The rosemary is lovely. The idea of growing it for its fragrance is an inspiration for me because I don't have a green thumb, but a woman takes care of my garden so they thrive. I also love the idea of growing edibles so you can put some in a ziploc bag and give them to visitors. As always, Ms. Dora, you inspire.

BRENDA ARLEDGE from Washington Court House on August 23, 2020:

Ms Dora,

Sounds like you have the perfect herb garden.

I usually just plant flowers but the rosemary sounds like a welcome addition.

Glad to see you have caught the gardening bug like your mother.

It can be quite rewarding.

Dora Weithers (author) from The Caribbean on August 18, 2020:

Thanks, Nithya. I begin to enjoy them before I consume, them. Just knowing that I picked them from my garden gives me satisfaction.

Nithya Venkat from Dubai on August 18, 2020:

Thank you for sharing the benefits of gardening with us. The teas, herbs and vegetables must be extra delicious and healthy when it Is from your garden.

Dora Weithers (author) from The Caribbean on August 14, 2020:

Thanks for insisting on sharing your comment. I appreciate your input. I hope that your DenGarden browser (or whatever is the problem) will be fixed soon. It's certainly not your fault.
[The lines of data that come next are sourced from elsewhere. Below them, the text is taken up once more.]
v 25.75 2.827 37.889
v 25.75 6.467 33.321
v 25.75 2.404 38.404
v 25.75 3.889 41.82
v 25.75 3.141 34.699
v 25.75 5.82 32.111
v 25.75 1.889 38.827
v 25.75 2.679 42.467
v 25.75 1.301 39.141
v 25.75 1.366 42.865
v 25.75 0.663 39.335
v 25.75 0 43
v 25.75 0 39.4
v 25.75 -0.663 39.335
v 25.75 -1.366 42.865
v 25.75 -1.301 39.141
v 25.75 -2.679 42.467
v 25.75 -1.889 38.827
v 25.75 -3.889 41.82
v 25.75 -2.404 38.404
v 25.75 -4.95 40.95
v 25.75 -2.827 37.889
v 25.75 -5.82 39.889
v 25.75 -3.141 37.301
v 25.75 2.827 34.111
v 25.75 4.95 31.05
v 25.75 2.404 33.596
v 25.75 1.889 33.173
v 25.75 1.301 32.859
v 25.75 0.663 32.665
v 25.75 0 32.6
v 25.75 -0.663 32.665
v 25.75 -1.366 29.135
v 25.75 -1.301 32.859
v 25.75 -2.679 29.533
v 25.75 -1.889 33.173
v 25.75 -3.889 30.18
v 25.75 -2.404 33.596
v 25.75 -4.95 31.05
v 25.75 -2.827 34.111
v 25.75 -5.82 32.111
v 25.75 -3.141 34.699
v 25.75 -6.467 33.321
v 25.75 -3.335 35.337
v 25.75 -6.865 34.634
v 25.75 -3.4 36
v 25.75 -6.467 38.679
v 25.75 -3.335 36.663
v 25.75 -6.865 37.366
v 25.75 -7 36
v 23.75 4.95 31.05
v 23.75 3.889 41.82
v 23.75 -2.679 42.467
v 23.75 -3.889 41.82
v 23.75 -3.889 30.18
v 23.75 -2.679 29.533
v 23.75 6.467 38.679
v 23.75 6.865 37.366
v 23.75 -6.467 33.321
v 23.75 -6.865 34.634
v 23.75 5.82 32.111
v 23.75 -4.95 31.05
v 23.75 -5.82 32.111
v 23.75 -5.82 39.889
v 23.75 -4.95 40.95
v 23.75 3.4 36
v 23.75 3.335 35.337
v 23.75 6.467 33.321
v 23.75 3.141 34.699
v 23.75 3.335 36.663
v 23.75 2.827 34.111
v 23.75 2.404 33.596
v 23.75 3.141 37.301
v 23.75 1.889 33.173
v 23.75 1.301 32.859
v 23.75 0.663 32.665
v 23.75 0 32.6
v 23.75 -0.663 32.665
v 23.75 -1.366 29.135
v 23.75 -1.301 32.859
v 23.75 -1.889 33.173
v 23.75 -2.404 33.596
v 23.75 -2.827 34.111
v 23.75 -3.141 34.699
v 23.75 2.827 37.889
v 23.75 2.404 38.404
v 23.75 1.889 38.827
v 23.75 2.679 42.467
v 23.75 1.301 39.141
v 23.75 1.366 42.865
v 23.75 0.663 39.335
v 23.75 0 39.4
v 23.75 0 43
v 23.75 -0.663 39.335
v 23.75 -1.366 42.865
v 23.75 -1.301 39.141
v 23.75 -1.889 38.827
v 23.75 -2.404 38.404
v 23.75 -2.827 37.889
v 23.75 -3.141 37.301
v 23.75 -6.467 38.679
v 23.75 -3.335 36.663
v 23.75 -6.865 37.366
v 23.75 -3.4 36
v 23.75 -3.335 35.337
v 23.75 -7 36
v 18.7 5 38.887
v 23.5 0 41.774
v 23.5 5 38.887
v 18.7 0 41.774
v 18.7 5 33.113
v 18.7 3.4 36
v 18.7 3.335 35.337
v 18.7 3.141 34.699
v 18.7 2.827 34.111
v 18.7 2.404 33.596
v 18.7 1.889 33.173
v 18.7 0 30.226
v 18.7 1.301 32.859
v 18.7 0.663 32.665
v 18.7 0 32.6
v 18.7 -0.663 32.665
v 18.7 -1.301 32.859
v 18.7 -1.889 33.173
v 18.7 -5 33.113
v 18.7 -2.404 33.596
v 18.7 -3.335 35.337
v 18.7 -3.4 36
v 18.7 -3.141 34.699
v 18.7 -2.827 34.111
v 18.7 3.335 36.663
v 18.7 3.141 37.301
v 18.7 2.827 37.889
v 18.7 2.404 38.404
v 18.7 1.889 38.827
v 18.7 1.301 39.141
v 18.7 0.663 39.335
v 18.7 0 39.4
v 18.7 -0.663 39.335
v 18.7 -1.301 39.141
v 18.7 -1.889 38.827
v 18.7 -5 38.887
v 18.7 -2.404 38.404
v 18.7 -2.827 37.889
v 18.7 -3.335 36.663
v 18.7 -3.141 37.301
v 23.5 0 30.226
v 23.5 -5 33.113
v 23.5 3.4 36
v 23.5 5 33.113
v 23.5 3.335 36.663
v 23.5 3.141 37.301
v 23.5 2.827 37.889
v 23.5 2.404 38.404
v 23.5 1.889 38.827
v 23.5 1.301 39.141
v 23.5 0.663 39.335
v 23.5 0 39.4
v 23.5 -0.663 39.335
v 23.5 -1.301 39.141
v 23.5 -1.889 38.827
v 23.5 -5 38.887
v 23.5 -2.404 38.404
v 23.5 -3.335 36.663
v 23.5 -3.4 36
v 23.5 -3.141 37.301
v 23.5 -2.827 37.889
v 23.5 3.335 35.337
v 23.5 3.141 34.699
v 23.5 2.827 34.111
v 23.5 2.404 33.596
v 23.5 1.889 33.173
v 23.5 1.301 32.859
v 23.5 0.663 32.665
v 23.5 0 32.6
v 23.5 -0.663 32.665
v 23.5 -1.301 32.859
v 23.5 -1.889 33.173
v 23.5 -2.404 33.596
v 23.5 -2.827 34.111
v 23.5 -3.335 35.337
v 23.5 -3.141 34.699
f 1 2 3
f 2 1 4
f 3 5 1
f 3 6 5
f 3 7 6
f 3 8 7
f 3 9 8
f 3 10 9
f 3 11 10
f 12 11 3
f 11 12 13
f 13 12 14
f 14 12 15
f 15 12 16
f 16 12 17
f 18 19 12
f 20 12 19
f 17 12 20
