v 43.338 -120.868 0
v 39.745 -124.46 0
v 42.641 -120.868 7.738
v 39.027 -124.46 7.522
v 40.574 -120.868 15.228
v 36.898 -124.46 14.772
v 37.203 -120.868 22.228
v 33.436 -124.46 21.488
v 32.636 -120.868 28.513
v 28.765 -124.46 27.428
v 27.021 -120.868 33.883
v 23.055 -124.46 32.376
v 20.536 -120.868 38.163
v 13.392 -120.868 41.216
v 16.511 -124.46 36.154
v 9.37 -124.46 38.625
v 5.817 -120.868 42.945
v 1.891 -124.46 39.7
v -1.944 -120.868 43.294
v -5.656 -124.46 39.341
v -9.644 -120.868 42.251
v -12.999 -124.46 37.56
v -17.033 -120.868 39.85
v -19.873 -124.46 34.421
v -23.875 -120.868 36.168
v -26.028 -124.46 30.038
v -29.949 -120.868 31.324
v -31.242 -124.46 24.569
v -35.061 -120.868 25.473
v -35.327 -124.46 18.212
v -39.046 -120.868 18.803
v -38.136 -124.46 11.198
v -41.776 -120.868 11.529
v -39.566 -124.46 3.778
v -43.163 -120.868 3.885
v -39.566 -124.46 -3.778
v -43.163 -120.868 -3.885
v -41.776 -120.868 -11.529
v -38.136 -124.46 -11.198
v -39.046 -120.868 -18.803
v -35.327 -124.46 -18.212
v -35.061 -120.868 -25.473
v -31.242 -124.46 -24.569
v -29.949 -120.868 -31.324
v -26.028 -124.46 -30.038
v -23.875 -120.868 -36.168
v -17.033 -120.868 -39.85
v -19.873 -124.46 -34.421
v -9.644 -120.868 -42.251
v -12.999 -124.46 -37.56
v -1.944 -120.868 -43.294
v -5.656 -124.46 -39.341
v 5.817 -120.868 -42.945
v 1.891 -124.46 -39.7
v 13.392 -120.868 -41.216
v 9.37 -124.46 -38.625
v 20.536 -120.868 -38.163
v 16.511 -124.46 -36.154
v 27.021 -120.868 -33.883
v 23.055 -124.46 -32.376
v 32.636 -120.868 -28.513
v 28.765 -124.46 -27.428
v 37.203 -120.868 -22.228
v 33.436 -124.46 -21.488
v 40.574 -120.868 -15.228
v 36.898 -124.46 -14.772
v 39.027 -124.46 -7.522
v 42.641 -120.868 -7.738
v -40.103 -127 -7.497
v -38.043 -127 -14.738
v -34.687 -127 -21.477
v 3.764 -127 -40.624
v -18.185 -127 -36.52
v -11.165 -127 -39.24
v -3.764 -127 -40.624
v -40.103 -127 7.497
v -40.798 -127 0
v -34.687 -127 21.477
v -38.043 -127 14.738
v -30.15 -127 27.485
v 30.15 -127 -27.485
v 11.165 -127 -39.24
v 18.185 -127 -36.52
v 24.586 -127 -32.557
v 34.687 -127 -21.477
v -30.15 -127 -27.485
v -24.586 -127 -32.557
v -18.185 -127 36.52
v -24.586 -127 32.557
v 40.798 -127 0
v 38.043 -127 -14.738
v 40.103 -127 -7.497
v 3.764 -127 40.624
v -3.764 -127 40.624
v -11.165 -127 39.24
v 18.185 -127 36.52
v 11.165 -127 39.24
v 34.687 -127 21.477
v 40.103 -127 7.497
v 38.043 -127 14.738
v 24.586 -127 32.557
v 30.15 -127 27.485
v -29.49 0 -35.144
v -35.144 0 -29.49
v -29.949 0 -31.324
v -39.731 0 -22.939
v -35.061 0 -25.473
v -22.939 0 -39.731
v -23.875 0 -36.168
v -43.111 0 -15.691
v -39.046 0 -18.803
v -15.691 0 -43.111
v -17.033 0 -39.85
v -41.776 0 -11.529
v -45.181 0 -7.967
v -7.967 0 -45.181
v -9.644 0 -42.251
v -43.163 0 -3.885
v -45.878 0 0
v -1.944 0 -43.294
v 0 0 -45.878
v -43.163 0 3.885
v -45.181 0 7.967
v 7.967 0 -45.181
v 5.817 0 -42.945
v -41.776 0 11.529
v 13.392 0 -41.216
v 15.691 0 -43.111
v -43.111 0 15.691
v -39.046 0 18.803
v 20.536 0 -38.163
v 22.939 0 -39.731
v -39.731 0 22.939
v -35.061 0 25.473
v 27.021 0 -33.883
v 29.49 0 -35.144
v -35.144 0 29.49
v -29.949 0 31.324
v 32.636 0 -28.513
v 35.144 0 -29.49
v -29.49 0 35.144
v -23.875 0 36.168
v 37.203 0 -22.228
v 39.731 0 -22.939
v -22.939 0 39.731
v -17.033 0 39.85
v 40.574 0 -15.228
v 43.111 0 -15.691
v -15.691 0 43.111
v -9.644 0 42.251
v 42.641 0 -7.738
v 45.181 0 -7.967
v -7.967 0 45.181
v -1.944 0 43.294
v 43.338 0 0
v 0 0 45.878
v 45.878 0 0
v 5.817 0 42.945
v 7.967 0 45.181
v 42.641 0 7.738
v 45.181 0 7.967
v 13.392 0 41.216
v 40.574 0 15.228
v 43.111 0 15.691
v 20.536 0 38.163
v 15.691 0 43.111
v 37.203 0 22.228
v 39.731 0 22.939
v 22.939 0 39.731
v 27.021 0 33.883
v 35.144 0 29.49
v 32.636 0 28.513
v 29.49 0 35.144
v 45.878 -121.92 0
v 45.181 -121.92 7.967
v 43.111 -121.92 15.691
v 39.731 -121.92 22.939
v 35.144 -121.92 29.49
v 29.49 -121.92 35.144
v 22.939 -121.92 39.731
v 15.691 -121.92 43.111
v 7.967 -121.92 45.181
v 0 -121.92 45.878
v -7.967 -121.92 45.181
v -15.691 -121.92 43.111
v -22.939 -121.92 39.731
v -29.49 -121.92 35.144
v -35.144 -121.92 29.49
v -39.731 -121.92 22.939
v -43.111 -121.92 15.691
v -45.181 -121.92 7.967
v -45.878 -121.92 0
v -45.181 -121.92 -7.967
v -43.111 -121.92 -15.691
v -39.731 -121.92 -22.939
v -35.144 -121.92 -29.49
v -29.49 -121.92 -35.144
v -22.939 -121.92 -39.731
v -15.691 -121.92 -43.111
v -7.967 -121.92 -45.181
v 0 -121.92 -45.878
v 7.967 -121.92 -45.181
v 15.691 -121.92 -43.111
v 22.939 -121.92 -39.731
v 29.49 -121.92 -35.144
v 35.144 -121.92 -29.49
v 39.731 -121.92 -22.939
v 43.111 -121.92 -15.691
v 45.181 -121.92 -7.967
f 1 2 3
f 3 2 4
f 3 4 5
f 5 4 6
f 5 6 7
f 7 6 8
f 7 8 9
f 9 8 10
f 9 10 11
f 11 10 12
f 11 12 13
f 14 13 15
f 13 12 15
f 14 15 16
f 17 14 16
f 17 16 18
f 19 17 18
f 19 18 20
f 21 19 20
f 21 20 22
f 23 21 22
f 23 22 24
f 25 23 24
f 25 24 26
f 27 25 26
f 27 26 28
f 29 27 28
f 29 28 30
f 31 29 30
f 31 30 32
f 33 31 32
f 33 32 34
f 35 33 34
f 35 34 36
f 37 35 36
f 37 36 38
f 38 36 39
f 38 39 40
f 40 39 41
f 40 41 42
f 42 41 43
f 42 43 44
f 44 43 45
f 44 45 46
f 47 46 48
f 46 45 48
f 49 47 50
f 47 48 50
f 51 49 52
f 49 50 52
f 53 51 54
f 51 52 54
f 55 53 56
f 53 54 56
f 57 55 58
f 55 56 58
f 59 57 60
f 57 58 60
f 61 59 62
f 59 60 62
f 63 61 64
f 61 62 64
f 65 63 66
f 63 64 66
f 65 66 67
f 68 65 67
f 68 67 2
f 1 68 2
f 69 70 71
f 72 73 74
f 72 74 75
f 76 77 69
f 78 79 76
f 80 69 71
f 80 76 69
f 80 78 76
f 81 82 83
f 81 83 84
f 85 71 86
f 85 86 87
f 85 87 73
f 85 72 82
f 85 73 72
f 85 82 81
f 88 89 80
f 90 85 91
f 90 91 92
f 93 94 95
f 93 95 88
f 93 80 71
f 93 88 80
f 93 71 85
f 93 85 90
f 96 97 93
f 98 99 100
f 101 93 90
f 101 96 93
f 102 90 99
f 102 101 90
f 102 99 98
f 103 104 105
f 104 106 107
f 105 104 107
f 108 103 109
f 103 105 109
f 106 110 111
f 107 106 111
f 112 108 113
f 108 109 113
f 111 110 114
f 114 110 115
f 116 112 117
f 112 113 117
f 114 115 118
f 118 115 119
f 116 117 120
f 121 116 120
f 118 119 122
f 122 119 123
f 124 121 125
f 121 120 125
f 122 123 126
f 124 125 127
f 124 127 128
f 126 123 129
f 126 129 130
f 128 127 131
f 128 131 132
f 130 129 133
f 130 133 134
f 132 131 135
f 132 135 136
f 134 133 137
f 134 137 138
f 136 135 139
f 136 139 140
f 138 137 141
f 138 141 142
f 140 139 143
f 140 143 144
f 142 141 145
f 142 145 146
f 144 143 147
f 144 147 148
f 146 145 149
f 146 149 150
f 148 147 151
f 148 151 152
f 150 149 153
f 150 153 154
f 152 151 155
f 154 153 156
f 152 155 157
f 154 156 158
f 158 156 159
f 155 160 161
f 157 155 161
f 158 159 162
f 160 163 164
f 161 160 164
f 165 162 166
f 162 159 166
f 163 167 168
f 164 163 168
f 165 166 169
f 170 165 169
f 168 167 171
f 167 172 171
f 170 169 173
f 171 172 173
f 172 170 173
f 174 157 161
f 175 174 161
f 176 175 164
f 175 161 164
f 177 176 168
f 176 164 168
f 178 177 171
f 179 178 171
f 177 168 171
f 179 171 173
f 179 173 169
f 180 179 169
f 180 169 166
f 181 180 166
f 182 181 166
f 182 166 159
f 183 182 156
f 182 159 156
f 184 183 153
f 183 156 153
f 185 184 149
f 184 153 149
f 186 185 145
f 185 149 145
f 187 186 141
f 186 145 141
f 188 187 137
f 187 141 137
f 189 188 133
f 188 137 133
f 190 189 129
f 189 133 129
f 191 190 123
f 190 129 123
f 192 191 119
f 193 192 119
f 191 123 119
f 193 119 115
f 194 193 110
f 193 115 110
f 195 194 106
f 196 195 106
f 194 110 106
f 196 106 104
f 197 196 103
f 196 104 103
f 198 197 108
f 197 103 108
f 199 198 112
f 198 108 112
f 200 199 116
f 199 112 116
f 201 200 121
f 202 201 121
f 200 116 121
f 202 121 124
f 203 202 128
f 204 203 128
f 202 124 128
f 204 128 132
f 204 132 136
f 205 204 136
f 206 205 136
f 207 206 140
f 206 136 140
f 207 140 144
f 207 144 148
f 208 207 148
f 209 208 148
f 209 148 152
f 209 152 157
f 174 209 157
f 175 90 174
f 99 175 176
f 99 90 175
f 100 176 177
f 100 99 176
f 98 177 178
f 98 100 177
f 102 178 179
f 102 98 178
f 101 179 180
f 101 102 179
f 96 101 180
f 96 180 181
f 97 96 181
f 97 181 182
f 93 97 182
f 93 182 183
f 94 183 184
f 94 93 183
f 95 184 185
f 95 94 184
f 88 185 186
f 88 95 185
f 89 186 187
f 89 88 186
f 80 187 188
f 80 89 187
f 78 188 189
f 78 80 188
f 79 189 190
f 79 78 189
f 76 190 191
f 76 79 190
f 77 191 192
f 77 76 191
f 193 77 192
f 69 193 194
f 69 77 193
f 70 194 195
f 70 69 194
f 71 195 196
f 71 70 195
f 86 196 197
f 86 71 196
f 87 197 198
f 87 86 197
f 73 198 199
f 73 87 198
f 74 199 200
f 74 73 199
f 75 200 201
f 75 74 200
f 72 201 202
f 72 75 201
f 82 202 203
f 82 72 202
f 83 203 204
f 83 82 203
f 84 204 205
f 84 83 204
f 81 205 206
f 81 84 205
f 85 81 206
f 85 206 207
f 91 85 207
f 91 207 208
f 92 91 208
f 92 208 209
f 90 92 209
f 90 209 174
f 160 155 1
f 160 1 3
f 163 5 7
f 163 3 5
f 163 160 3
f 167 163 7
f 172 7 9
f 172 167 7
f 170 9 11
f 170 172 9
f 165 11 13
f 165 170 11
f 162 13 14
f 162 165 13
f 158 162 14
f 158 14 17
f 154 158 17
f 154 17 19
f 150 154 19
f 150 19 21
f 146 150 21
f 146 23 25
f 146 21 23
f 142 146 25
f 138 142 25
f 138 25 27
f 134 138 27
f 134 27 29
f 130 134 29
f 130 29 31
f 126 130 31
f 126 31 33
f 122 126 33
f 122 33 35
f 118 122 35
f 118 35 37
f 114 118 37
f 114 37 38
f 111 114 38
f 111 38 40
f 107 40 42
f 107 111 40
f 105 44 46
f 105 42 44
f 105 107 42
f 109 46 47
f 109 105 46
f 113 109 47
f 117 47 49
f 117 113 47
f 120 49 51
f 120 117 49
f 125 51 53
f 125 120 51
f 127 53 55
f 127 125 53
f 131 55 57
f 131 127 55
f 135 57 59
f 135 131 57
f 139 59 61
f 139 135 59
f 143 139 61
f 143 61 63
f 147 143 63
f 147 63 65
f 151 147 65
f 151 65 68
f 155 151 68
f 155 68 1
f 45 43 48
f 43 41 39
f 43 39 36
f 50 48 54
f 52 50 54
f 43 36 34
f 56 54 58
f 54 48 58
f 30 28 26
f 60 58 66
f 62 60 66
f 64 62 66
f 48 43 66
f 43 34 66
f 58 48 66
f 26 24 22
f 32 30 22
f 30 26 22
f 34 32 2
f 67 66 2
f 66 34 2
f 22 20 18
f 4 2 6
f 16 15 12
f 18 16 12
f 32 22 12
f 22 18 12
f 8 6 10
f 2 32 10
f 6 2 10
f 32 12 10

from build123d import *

# Parameters (mm, degrees)
F0_R     = 45.877581
F1_DEPTH = 127
F2_SIZE  = 5.08
F3_T     = -2.54


with BuildPart() as f1:
    # F0 (on Front) → F1 (new body)
    with BuildSketch(Plane.XZ):
        Circle(F0_R)
    extrude(amount=F1_DEPTH)

    # F2
    f2_edges = [f1.edges().sort_by_distance(p)[0] for p in [
        (-45.877581, -127, 0),
    ]]
    chamfer(f2_edges, length=F2_SIZE)

    # F3
    f3_openings = [f1.faces().sort_by_distance(p)[0] for p in [
        (0, 0, 0),
    ]]
    offset(amount=F3_T, openings=f3_openings)


solid = f1.part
Alyssa on August 13, 2020:

This is a beautiful article, Dora! I also love gardening. For me, it just brings a sense of calm and when I'm finished, I feel like I've been productive. While I enjoy being outdoors, my heart lies with my indoor plants. :)

(Also, I apologize for not being in my Hubpages account. For some reason, when it reroutes me to DenGarden, it signs me out and won't let me sign in. I still wanted to share my comment with you, though. Have a wonderful day!)

Dora Weithers (author) from The Caribbean on August 12, 2020:

Thanks, Rochelle. Best to you also with your gardening. God bless our Moms!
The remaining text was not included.